INSTRUCTIONS FOR THE TASK - Starting at the first line of the data below, repeat each line word for word up to and including the line with "#302=ORIENTED_EDGE('',*,*,#202,.F.);".

(Stored items)

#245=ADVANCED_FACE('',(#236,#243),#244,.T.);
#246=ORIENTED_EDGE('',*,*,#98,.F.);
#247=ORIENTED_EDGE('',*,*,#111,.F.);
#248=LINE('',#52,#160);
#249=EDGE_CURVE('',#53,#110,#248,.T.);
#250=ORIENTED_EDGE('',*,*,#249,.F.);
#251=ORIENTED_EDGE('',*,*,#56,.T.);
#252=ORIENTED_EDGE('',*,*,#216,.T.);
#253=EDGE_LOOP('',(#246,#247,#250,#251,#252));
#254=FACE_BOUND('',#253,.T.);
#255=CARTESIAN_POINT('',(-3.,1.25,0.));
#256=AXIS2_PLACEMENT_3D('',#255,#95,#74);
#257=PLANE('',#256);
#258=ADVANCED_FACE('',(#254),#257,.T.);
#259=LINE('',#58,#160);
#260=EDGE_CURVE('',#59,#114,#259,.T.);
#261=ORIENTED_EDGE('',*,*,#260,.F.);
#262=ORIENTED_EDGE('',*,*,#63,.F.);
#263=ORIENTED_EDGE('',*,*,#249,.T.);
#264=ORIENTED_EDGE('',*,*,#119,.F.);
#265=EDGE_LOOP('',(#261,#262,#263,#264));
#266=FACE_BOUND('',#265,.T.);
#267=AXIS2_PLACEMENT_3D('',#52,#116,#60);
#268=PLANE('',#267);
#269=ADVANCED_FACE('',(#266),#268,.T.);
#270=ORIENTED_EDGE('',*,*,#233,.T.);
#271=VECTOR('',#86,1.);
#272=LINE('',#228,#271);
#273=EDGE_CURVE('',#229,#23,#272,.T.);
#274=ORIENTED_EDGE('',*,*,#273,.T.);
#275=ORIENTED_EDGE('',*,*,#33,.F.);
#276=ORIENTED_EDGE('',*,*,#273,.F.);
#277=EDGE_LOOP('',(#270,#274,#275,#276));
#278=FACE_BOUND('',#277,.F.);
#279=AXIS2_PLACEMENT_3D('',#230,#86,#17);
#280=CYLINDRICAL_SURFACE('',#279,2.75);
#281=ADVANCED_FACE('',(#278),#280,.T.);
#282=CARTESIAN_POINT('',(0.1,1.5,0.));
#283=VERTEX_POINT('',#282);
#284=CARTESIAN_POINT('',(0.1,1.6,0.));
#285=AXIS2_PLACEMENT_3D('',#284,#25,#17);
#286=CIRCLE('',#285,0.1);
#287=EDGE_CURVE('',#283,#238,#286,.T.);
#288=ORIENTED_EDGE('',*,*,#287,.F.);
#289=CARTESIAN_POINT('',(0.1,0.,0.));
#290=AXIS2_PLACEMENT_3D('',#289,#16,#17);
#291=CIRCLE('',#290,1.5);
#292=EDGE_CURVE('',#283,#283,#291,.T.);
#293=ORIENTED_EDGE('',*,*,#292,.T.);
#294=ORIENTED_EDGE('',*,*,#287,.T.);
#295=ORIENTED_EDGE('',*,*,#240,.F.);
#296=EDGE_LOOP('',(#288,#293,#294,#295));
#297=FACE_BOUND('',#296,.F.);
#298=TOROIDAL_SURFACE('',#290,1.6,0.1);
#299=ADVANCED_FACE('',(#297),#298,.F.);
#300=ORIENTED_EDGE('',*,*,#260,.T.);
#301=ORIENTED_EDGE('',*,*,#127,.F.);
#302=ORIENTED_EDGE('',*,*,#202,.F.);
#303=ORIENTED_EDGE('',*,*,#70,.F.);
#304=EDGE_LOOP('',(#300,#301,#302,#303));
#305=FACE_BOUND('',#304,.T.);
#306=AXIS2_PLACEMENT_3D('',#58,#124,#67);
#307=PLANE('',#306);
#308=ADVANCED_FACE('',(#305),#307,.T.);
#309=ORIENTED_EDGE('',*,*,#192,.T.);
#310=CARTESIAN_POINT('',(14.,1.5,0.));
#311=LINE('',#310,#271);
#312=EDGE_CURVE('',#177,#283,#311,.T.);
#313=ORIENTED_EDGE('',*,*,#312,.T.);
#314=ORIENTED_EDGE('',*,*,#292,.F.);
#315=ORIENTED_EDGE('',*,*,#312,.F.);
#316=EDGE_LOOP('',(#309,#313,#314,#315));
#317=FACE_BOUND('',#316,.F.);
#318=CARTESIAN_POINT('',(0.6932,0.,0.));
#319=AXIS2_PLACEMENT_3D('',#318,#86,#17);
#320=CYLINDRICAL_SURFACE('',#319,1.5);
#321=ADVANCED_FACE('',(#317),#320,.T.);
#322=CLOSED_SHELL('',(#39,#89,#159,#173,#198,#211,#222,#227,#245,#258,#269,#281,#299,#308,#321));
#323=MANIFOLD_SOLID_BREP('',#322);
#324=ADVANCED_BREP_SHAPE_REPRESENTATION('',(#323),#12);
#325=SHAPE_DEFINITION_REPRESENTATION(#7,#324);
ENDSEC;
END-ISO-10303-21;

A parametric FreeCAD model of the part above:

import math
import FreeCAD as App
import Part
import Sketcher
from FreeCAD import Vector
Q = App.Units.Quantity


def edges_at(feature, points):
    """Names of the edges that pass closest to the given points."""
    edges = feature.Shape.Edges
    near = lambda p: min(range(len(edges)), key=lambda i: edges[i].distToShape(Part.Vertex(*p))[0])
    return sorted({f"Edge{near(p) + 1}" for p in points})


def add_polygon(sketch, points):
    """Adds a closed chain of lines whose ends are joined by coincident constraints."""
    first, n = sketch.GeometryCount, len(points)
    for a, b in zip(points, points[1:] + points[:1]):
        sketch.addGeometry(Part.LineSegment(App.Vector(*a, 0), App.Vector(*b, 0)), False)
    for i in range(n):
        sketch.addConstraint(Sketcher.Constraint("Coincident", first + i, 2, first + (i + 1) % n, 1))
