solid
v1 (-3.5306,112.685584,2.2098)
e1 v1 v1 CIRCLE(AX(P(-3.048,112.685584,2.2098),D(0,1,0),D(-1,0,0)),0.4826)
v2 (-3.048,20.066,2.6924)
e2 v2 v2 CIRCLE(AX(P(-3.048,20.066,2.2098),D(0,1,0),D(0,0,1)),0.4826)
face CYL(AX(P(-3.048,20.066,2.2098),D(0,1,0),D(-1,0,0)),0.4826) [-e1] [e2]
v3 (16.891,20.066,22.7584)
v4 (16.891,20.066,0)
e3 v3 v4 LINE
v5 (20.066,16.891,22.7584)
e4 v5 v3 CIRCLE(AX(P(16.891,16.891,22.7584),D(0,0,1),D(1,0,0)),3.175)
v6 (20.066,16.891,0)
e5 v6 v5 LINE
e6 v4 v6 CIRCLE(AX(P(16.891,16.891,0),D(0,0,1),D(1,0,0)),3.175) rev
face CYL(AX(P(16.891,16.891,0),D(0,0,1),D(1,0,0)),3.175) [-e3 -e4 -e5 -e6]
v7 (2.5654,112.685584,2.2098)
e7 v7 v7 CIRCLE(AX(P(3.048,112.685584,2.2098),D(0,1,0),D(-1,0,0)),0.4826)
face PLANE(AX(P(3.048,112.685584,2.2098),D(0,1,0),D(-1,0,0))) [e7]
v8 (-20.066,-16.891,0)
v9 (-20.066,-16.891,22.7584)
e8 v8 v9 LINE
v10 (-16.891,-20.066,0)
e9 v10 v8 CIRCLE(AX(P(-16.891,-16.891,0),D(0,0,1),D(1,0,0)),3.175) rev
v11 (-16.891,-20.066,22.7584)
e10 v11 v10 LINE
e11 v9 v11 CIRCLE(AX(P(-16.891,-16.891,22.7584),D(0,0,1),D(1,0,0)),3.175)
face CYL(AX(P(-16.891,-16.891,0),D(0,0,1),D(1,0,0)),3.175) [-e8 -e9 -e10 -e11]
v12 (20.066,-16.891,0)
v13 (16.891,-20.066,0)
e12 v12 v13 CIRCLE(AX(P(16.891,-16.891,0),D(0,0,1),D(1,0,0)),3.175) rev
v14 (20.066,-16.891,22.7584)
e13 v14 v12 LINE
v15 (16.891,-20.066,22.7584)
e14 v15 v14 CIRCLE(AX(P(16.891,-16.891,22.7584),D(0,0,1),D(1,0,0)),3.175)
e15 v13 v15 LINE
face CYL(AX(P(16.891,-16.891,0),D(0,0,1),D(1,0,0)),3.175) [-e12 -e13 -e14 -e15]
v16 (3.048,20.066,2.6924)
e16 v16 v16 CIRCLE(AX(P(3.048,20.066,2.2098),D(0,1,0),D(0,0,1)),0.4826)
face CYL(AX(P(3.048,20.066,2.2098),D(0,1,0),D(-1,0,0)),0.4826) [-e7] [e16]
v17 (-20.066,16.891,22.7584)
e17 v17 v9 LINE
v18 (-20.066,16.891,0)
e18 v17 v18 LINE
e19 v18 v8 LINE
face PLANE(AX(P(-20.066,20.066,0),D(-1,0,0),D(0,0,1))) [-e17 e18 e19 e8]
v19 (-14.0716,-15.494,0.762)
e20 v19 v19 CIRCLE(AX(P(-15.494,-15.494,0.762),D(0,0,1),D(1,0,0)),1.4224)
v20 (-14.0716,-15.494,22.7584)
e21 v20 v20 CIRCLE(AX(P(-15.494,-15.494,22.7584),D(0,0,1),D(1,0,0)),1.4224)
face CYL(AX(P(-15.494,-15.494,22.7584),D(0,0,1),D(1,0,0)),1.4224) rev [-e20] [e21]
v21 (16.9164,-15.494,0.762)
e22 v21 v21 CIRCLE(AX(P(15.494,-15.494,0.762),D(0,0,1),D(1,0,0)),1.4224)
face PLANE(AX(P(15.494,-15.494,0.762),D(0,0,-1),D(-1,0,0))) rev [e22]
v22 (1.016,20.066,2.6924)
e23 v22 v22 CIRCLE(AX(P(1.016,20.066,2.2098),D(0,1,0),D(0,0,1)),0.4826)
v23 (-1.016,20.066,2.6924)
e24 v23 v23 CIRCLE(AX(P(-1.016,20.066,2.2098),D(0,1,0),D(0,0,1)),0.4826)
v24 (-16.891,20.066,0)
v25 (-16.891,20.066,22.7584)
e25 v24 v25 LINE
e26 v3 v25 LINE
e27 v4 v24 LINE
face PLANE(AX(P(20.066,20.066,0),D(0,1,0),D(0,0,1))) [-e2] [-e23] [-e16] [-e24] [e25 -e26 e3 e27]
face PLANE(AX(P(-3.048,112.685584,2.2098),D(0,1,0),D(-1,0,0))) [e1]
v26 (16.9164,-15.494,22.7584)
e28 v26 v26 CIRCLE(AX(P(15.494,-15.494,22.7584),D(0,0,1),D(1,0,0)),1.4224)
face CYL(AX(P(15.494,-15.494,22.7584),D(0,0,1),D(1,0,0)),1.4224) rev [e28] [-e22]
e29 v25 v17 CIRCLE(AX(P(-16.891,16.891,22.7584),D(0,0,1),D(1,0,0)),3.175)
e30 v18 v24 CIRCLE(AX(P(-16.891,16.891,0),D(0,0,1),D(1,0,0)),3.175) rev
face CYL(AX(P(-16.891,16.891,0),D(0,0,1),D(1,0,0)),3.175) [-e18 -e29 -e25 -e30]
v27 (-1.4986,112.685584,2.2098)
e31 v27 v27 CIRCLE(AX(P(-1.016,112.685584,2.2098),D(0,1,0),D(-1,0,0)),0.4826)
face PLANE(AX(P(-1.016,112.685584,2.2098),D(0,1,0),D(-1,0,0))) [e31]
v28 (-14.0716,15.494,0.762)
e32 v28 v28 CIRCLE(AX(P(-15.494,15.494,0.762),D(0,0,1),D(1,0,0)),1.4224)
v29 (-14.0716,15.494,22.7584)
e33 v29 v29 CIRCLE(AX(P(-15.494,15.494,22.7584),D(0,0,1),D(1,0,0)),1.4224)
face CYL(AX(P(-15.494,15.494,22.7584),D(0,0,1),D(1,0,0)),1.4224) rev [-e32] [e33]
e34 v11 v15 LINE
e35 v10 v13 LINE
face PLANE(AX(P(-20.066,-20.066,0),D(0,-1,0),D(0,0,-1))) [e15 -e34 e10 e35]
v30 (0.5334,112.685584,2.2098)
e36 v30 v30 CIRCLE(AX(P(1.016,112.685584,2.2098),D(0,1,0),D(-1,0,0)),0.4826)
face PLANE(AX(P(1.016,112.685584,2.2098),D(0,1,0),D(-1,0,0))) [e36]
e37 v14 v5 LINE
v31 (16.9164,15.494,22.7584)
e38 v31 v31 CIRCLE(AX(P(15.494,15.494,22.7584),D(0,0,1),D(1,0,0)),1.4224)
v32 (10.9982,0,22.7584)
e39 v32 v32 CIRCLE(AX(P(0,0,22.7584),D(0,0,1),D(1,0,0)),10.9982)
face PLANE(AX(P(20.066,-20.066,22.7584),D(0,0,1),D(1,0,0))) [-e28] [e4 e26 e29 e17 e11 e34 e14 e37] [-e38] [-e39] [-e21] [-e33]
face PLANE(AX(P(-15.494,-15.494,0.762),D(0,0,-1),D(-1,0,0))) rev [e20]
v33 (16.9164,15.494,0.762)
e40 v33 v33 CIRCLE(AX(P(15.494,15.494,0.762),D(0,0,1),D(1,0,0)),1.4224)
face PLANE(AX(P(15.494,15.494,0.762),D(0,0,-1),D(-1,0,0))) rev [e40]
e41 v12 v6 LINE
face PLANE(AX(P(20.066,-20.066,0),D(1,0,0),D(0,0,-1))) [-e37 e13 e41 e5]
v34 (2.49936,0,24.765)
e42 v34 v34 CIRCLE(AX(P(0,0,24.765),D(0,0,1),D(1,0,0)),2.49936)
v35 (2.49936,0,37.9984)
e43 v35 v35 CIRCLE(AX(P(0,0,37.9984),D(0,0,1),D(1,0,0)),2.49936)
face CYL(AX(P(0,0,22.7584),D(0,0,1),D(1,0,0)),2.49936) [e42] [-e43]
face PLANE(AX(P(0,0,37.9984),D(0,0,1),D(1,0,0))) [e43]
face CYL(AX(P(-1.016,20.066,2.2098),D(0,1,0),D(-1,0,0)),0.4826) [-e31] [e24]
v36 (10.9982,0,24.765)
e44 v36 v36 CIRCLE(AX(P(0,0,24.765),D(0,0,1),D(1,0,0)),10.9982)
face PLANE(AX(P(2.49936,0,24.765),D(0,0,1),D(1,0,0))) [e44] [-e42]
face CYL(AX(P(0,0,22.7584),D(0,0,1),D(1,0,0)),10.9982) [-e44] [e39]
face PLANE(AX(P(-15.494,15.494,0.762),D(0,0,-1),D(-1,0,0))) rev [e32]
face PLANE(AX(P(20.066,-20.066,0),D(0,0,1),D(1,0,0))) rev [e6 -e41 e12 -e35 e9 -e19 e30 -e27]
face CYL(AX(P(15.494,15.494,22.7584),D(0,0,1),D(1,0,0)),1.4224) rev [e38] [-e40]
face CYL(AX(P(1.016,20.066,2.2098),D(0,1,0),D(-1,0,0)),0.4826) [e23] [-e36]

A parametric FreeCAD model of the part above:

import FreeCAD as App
import Part
import Sketcher
Q = App.Units.Quantity


def edges_at(feature, points):
    """Names of the edges that pass closest to the given points."""
    edges = feature.Shape.Edges
    near = lambda p: min(range(len(edges)), key=lambda i: edges[i].distToShape(Part.Vertex(*p))[0])
    return sorted({f"Edge{near(p) + 1}" for p in points})


def add_polygon(sketch, points):
    """Adds a closed chain of lines whose ends are joined by coincident constraints."""
    first, n = sketch.GeometryCount, len(points)
    for a, b in zip(points, points[1:] + points[:1]):
        sketch.addGeometry(Part.LineSegment(App.Vector(*a, 0), App.Vector(*b, 0)), False)
    for i in range(n):
        sketch.addConstraint(Sketcher.Constraint("Coincident", first + i, 2, first + (i + 1) % n, 1))

doc = App.newDocument("Part")
body = doc.addObject("PartDesign::Body", "Body")

sketch1 = doc.addObject("Sketcher::SketchObject", "Sketch")
body.addObject(sketch1)
sketch1.AttachmentSupport = (doc.XY_Plane, [""])
sketch1.MapMode = "FlatFace"
sketch1.AttachmentOffset = App.Placement(App.Vector(0, 0, 0.896 * 25.4), App.Rotation())
add_polygon(sketch1, [(-20, 20), (-20, -20), (20, -20), (20, 20)])
sketch1.addConstraint([
    Sketcher.Constraint("Vertical", 0),
    Sketcher.Constraint("Horizontal", 1),
    Sketcher.Constraint("Vertical", 2),
    Sketcher.Constraint("Horizontal", 3),
    Sketcher.Constraint("Symmetric", 0, 2, 2, 2, -1, 1),
    Sketcher.Constraint("Equal", 3, 0),
    Sketcher.Constraint("DistanceX", 1, 1, 1, 2, Q("1.58 in")),
])
pad1 = doc.addObject("PartDesign::Pad", "Pad")
body.addObject(pad1)
pad1.Profile = sketch1
pad1.Length = Q("0.896 in")
pad1.Reversed = True

sketch2 = doc.addObject("Sketcher::SketchObject", "Sketch001")
body.addObject(sketch2)
sketch2.AttachmentSupport = (doc.XY_Plane, [""])
sketch2.MapMode = "FlatFace"
sketch2.AttachmentOffset = App.Placement(App.Vector(0, 0, 0.087 * 25.4), App.Rotation())
add_polygon(sketch2, [(-2.57, 112.69), (-2.57, 20.07), (-3.05, 20.07), (-3.05, 112.69)])
sketch2.addGeometry(Part.LineSegment(App.Vector(-3.05, 20.07, 0), App.Vector(-3.05, 112.69, 0)), True)
sketch2.addConstraint([
    Sketcher.Constraint("Vertical", 0),
    Sketcher.Constraint("Horizontal", 1),
    Sketcher.Constraint("Vertical", 2),
    Sketcher.Constraint("Horizontal", 3),
    Sketcher.Constraint("Vertical", 4),
    Sketcher.Constraint("Coincident", 4, 1, 1, 2),
    Sketcher.Constraint("Horizontal", 3, 2, 4, 2),
    Sketcher.Constraint("DistanceX", 1, 2, 1, 1, Q("0.019 in")),
    Sketcher.Constraint("DistanceY", -1, 1, 0, 2, Q("0.79 in")),
    Sketcher.Constraint("DistanceX", 1, 2, -1, 1, Q("0.12 in")),
    Sketcher.Constraint("DistanceY", 0, 2, 0, 1, Q("92.619584 mm")),
])
revolution = doc.addObject("PartDesign::Revolution", "Revolution")
body.addObject(revolution)
revolution.Profile = sketch2
revolution.ReferenceAxis = (sketch2, ["Axis0"])
revolution.Angle = 360

sketch3 = doc.addObject("Sketcher::SketchObject", "Sketch002")
body.addObject(sketch3)
sketch3.AttachmentSupport = (doc.XY_Plane, [""])
sketch3.MapMode = "FlatFace"
sketch3.AttachmentOffset = App.Placement(App.Vector(0, 0, 0.087 * 25.4), App.Rotation())
add_polygon(sketch3, [(1.5, 112.69), (1.5, 20.07), (1.02, 20.07), (1.02, 112.69)])
sketch3.addGeometry(Part.LineSegment(App.Vector(1.02, 20.07, 0), App.Vector(1.02, 112.69, 0)), True)
sketch3.addConstraint([
    Sketcher.Constraint("Vertical", 0),
    Sketcher.Constraint("Horizontal", 1),
    Sketcher.Constraint("Vertical", 2),
    Sketcher.Constraint("Horizontal", 3),
    Sketcher.Constraint("Vertical", 4),
    Sketcher.Constraint("Coincident", 4, 1, 1, 2),
    Sketcher.Constraint("Horizontal", 3, 2, 4, 2),
    Sketcher.Constraint("DistanceX", 1, 2, 1, 1, Q("0.019 in")),
    Sketcher.Constraint("DistanceY", -1, 1, 0, 2, Q("0.79 in")),
    Sketcher.Constraint("DistanceX", -1, 1, 1, 2, Q("0.04 in")),
    Sketcher.Constraint("DistanceY", 0, 2, 0, 1, Q("92.619584 mm")),
])
revolution2 = doc.addObject("PartDesign::Revolution", "Revolution001")
body.addObject(revolution2)
revolution2.Profile = sketch3
revolution2.ReferenceAxis = (sketch3, ["Axis0"])
revolution2.Angle = 360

TASK ANSWER -
#245=ADVANCED_FACE('',(#236,#243),#244,.T.);
#246=ORIENTED_EDGE('',*,*,#98,.F.);
#247=ORIENTED_EDGE('',*,*,#111,.F.);
#248=LINE('',#52,#160);
#249=EDGE_CURVE('',#53,#110,#248,.T.);
#250=ORIENTED_EDGE('',*,*,#249,.F.);
#251=ORIENTED_EDGE('',*,*,#56,.T.);
#252=ORIENTED_EDGE('',*,*,#216,.T.);
#253=EDGE_LOOP('',(#246,#247,#250,#251,#252));
#254=FACE_BOUND('',#253,.T.);
#255=CARTESIAN_POINT('',(-3.,1.25,0.));
#256=AXIS2_PLACEMENT_3D('',#255,#95,#74);
#257=PLANE('',#256);
#258=ADVANCED_FACE('',(#254),#257,.T.);
#259=LINE('',#58,#160);
#260=EDGE_CURVE('',#59,#114,#259,.T.);
#261=ORIENTED_EDGE('',*,*,#260,.F.);
#262=ORIENTED_EDGE('',*,*,#63,.F.);
#263=ORIENTED_EDGE('',*,*,#249,.T.);
#264=ORIENTED_EDGE('',*,*,#119,.F.);
#265=EDGE_LOOP('',(#261,#262,#263,#264));
#266=FACE_BOUND('',#265,.T.);
#267=AXIS2_PLACEMENT_3D('',#52,#116,#60);
#268=PLANE('',#267);
#269=ADVANCED_FACE('',(#266),#268,.T.);
#270=ORIENTED_EDGE('',*,*,#233,.T.);
#271=VECTOR('',#86,1.);
#272=LINE('',#228,#271);
#273=EDGE_CURVE('',#229,#23,#272,.T.);
#274=ORIENTED_EDGE('',*,*,#273,.T.);
#275=ORIENTED_EDGE('',*,*,#33,.F.);
#276=ORIENTED_EDGE('',*,*,#273,.F.);
#277=EDGE_LOOP('',(#270,#274,#275,#276));
#278=FACE_BOUND('',#277,.F.);
#279=AXIS2_PLACEMENT_3D('',#230,#86,#17);
#280=CYLINDRICAL_SURFACE('',#279,2.75);
#281=ADVANCED_FACE('',(#278),#280,.T.);
#282=CARTESIAN_POINT('',(0.1,1.5,0.));
#283=VERTEX_POINT('',#282);
#284=CARTESIAN_POINT('',(0.1,1.6,0.));
#285=AXIS2_PLACEMENT_3D('',#284,#25,#17);
#286=CIRCLE('',#285,0.1);
#287=EDGE_CURVE('',#283,#238,#286,.T.);
#288=ORIENTED_EDGE('',*,*,#287,.F.);
#289=CARTESIAN_POINT('',(0.1,0.,0.));
#290=AXIS2_PLACEMENT_3D('',#289,#16,#17);
#291=CIRCLE('',#290,1.5);
#292=EDGE_CURVE('',#283,#283,#291,.T.);
#293=ORIENTED_EDGE('',*,*,#292,.T.);
#294=ORIENTED_EDGE('',*,*,#287,.T.);
#295=ORIENTED_EDGE('',*,*,#240,.F.);
#296=EDGE_LOOP('',(#288,#293,#294,#295));
#297=FACE_BOUND('',#296,.F.);
#298=TOROIDAL_SURFACE('',#290,1.6,0.1);
#299=ADVANCED_FACE('',(#297),#298,.F.);
#300=ORIENTED_EDGE('',*,*,#260,.T.);
#301=ORIENTED_EDGE('',*,*,#127,.F.);
#302=ORIENTED_EDGE('',*,*,#202,.F.);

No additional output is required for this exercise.